→ **INSTRUCTIONS FOR THE TASK**
Restate the listing below word for word.

→ **TASK DATA**
Segment Open
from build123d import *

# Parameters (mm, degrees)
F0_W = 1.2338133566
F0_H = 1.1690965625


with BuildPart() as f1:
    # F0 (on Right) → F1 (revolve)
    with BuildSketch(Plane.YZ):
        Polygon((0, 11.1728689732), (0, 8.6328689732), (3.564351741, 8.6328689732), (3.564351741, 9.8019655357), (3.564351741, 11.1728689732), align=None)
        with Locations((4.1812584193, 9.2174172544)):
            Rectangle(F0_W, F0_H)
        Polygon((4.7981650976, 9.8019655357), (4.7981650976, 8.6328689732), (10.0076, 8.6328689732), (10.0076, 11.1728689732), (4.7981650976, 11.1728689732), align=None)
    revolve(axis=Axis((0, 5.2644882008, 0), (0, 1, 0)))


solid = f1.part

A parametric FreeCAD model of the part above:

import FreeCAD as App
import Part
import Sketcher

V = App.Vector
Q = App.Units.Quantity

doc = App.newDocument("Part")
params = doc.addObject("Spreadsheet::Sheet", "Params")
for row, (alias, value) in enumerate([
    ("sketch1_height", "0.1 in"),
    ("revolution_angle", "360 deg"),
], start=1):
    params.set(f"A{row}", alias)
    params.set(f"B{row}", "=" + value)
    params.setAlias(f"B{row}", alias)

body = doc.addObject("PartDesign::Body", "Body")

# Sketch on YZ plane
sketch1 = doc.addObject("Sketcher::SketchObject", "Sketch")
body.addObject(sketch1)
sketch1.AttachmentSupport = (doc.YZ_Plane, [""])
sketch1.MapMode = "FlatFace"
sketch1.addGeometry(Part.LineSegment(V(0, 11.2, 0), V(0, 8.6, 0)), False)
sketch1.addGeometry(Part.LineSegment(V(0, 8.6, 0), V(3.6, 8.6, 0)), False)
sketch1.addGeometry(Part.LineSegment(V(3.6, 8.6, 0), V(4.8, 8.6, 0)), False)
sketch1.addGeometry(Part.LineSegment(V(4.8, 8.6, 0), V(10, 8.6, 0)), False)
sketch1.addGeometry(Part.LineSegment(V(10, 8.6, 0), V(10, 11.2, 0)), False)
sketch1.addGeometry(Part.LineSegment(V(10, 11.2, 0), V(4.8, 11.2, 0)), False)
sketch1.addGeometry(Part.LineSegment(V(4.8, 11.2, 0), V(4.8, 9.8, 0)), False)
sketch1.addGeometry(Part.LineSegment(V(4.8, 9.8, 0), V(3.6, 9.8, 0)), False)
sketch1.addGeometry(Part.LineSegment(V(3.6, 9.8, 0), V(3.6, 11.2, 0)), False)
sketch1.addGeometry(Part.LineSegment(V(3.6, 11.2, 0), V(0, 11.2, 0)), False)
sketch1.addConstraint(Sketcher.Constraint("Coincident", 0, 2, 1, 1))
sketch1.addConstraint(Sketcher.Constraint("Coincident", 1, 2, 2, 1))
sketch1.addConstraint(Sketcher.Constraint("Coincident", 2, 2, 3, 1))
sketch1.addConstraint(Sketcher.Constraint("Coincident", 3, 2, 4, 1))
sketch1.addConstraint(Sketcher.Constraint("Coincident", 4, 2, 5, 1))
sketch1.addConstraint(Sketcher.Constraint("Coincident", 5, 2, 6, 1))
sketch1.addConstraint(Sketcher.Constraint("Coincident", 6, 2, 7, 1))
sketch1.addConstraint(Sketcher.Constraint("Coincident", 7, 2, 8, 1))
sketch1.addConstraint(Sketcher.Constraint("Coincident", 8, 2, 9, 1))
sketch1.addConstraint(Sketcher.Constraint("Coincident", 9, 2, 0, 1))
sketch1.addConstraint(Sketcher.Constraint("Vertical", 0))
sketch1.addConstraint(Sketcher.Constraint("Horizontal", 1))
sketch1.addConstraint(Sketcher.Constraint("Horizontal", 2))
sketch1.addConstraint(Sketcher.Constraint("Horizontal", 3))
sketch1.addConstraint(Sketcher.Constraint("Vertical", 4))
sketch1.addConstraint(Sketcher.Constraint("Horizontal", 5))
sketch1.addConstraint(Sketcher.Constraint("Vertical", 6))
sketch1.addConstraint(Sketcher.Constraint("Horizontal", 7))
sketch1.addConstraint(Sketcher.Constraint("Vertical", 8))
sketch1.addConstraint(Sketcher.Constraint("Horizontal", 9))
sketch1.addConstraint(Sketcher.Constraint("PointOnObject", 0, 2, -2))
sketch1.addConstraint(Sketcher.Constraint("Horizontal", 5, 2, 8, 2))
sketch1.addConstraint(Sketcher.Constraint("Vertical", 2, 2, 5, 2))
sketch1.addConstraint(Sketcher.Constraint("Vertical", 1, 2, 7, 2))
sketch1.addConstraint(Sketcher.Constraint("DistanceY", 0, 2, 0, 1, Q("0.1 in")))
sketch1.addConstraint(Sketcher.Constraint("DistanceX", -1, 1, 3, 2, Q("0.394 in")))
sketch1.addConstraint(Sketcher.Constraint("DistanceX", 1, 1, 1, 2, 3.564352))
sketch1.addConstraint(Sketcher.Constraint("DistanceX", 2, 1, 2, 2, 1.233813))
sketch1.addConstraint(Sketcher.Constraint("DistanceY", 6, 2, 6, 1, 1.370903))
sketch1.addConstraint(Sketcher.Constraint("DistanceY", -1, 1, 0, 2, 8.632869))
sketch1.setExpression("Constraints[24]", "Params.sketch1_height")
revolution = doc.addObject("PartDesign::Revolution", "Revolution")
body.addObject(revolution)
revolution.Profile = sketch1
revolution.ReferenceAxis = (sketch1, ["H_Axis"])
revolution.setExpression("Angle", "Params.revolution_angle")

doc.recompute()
Segment Closed
→ **ANSWER**
from build123d import *

# Parameters (mm, degrees)
F0_W = 1.2338133566
F0_H = 1.1690965625


with BuildPart() as f1:
    # F0 (on Right) → F1 (revolve)
    with BuildSketch(Plane.YZ):
        Polygon((0, 11.1728689732), (0, 8.6328689732), (3.564351741, 8.6328689732), (3.564351741, 9.8019655357), (3.564351741, 11.1728689732), align=None)
        with Locations((4.1812584193, 9.2174172544)):
            Rectangle(F0_W, F0_H)
        Polygon((4.7981650976, 9.8019655357), (4.7981650976, 8.6328689732), (10.0076, 8.6328689732), (10.0076, 11.1728689732), (4.7981650976, 11.1728689732), align=None)
    revolve(axis=Axis((0, 5.2644882008, 0), (0, 1, 0)))


solid = f1.part

A parametric FreeCAD model of the part above:

import FreeCAD as App
import Part
import Sketcher

V = App.Vector
Q = App.Units.Quantity

doc = App.newDocument("Part")
params = doc.addObject("Spreadsheet::Sheet", "Params")
for row, (alias, value) in enumerate([
    ("sketch1_height", "0.1 in"),
    ("revolution_angle", "360 deg"),
], start=1):
    params.set(f"A{row}", alias)
    params.set(f"B{row}", "=" + value)
    params.setAlias(f"B{row}", alias)

body = doc.addObject("PartDesign::Body", "Body")

# Sketch on YZ plane
sketch1 = doc.addObject("Sketcher::SketchObject", "Sketch")
body.addObject(sketch1)
sketch1.AttachmentSupport = (doc.YZ_Plane, [""])
sketch1.MapMode = "FlatFace"
sketch1.addGeometry(Part.LineSegment(V(0, 11.2, 0), V(0, 8.6, 0)), False)
sketch1.addGeometry(Part.LineSegment(V(0, 8.6, 0), V(3.6, 8.6, 0)), False)
sketch1.addGeometry(Part.LineSegment(V(3.6, 8.6, 0), V(4.8, 8.6, 0)), False)
sketch1.addGeometry(Part.LineSegment(V(4.8, 8.6, 0), V(10, 8.6, 0)), False)
sketch1.addGeometry(Part.LineSegment(V(10, 8.6, 0), V(10, 11.2, 0)), False)
sketch1.addGeometry(Part.LineSegment(V(10, 11.2, 0), V(4.8, 11.2, 0)), False)
sketch1.addGeometry(Part.LineSegment(V(4.8, 11.2, 0), V(4.8, 9.8, 0)), False)
sketch1.addGeometry(Part.LineSegment(V(4.8, 9.8, 0), V(3.6, 9.8, 0)), False)
sketch1.addGeometry(Part.LineSegment(V(3.6, 9.8, 0), V(3.6, 11.2, 0)), False)
sketch1.addGeometry(Part.LineSegment(V(3.6, 11.2, 0), V(0, 11.2, 0)), False)
sketch1.addConstraint(Sketcher.Constraint("Coincident", 0, 2, 1, 1))
sketch1.addConstraint(Sketcher.Constraint("Coincident", 1, 2, 2, 1))
sketch1.addConstraint(Sketcher.Constraint("Coincident", 2, 2, 3, 1))
sketch1.addConstraint(Sketcher.Constraint("Coincident", 3, 2, 4, 1))
sketch1.addConstraint(Sketcher.Constraint("Coincident", 4, 2, 5, 1))
sketch1.addConstraint(Sketcher.Constraint("Coincident", 5, 2, 6, 1))
sketch1.addConstraint(Sketcher.Constraint("Coincident", 6, 2, 7, 1))
sketch1.addConstraint(Sketcher.Constraint("Coincident", 7, 2, 8, 1))
sketch1.addConstraint(Sketcher.Constraint("Coincident", 8, 2, 9, 1))
sketch1.addConstraint(Sketcher.Constraint("Coincident", 9, 2, 0, 1))
sketch1.addConstraint(Sketcher.Constraint("Vertical", 0))
sketch1.addConstraint(Sketcher.Constraint("Horizontal", 1))
sketch1.addConstraint(Sketcher.Constraint("Horizontal", 2))
sketch1.addConstraint(Sketcher.Constraint("Horizontal", 3))
sketch1.addConstraint(Sketcher.Constraint("Vertical", 4))
sketch1.addConstraint(Sketcher.Constraint("Horizontal", 5))
sketch1.addConstraint(Sketcher.Constraint("Vertical", 6))
sketch1.addConstraint(Sketcher.Constraint("Horizontal", 7))
sketch1.addConstraint(Sketcher.Constraint("Vertical", 8))
sketch1.addConstraint(Sketcher.Constraint("Horizontal", 9))
sketch1.addConstraint(Sketcher.Constraint("PointOnObject", 0, 2, -2))
sketch1.addConstraint(Sketcher.Constraint("Horizontal", 5, 2, 8, 2))
sketch1.addConstraint(Sketcher.Constraint("Vertical", 2, 2, 5, 2))
sketch1.addConstraint(Sketcher.Constraint("Vertical", 1, 2, 7, 2))
sketch1.addConstraint(Sketcher.Constraint("DistanceY", 0, 2, 0, 1, Q("0.1 in")))
sketch1.addConstraint(Sketcher.Constraint("DistanceX", -1, 1, 3, 2, Q("0.394 in")))
sketch1.addConstraint(Sketcher.Constraint("DistanceX", 1, 1, 1, 2, 3.564352))
sketch1.addConstraint(Sketcher.Constraint("DistanceX", 2, 1, 2, 2, 1.233813))
sketch1.addConstraint(Sketcher.Constraint("DistanceY", 6, 2, 6, 1, 1.370903))
sketch1.addConstraint(Sketcher.Constraint("DistanceY", -1, 1, 0, 2, 8.632869))
sketch1.setExpression("Constraints[24]", "Params.sketch1_height")
revolution = doc.addObject("PartDesign::Revolution", "Revolution")
body.addObject(revolution)
revolution.Profile = sketch1
revolution.ReferenceAxis = (sketch1, ["H_Axis"])
revolution.setExpression("Angle", "Params.revolution_angle")

doc.recompute()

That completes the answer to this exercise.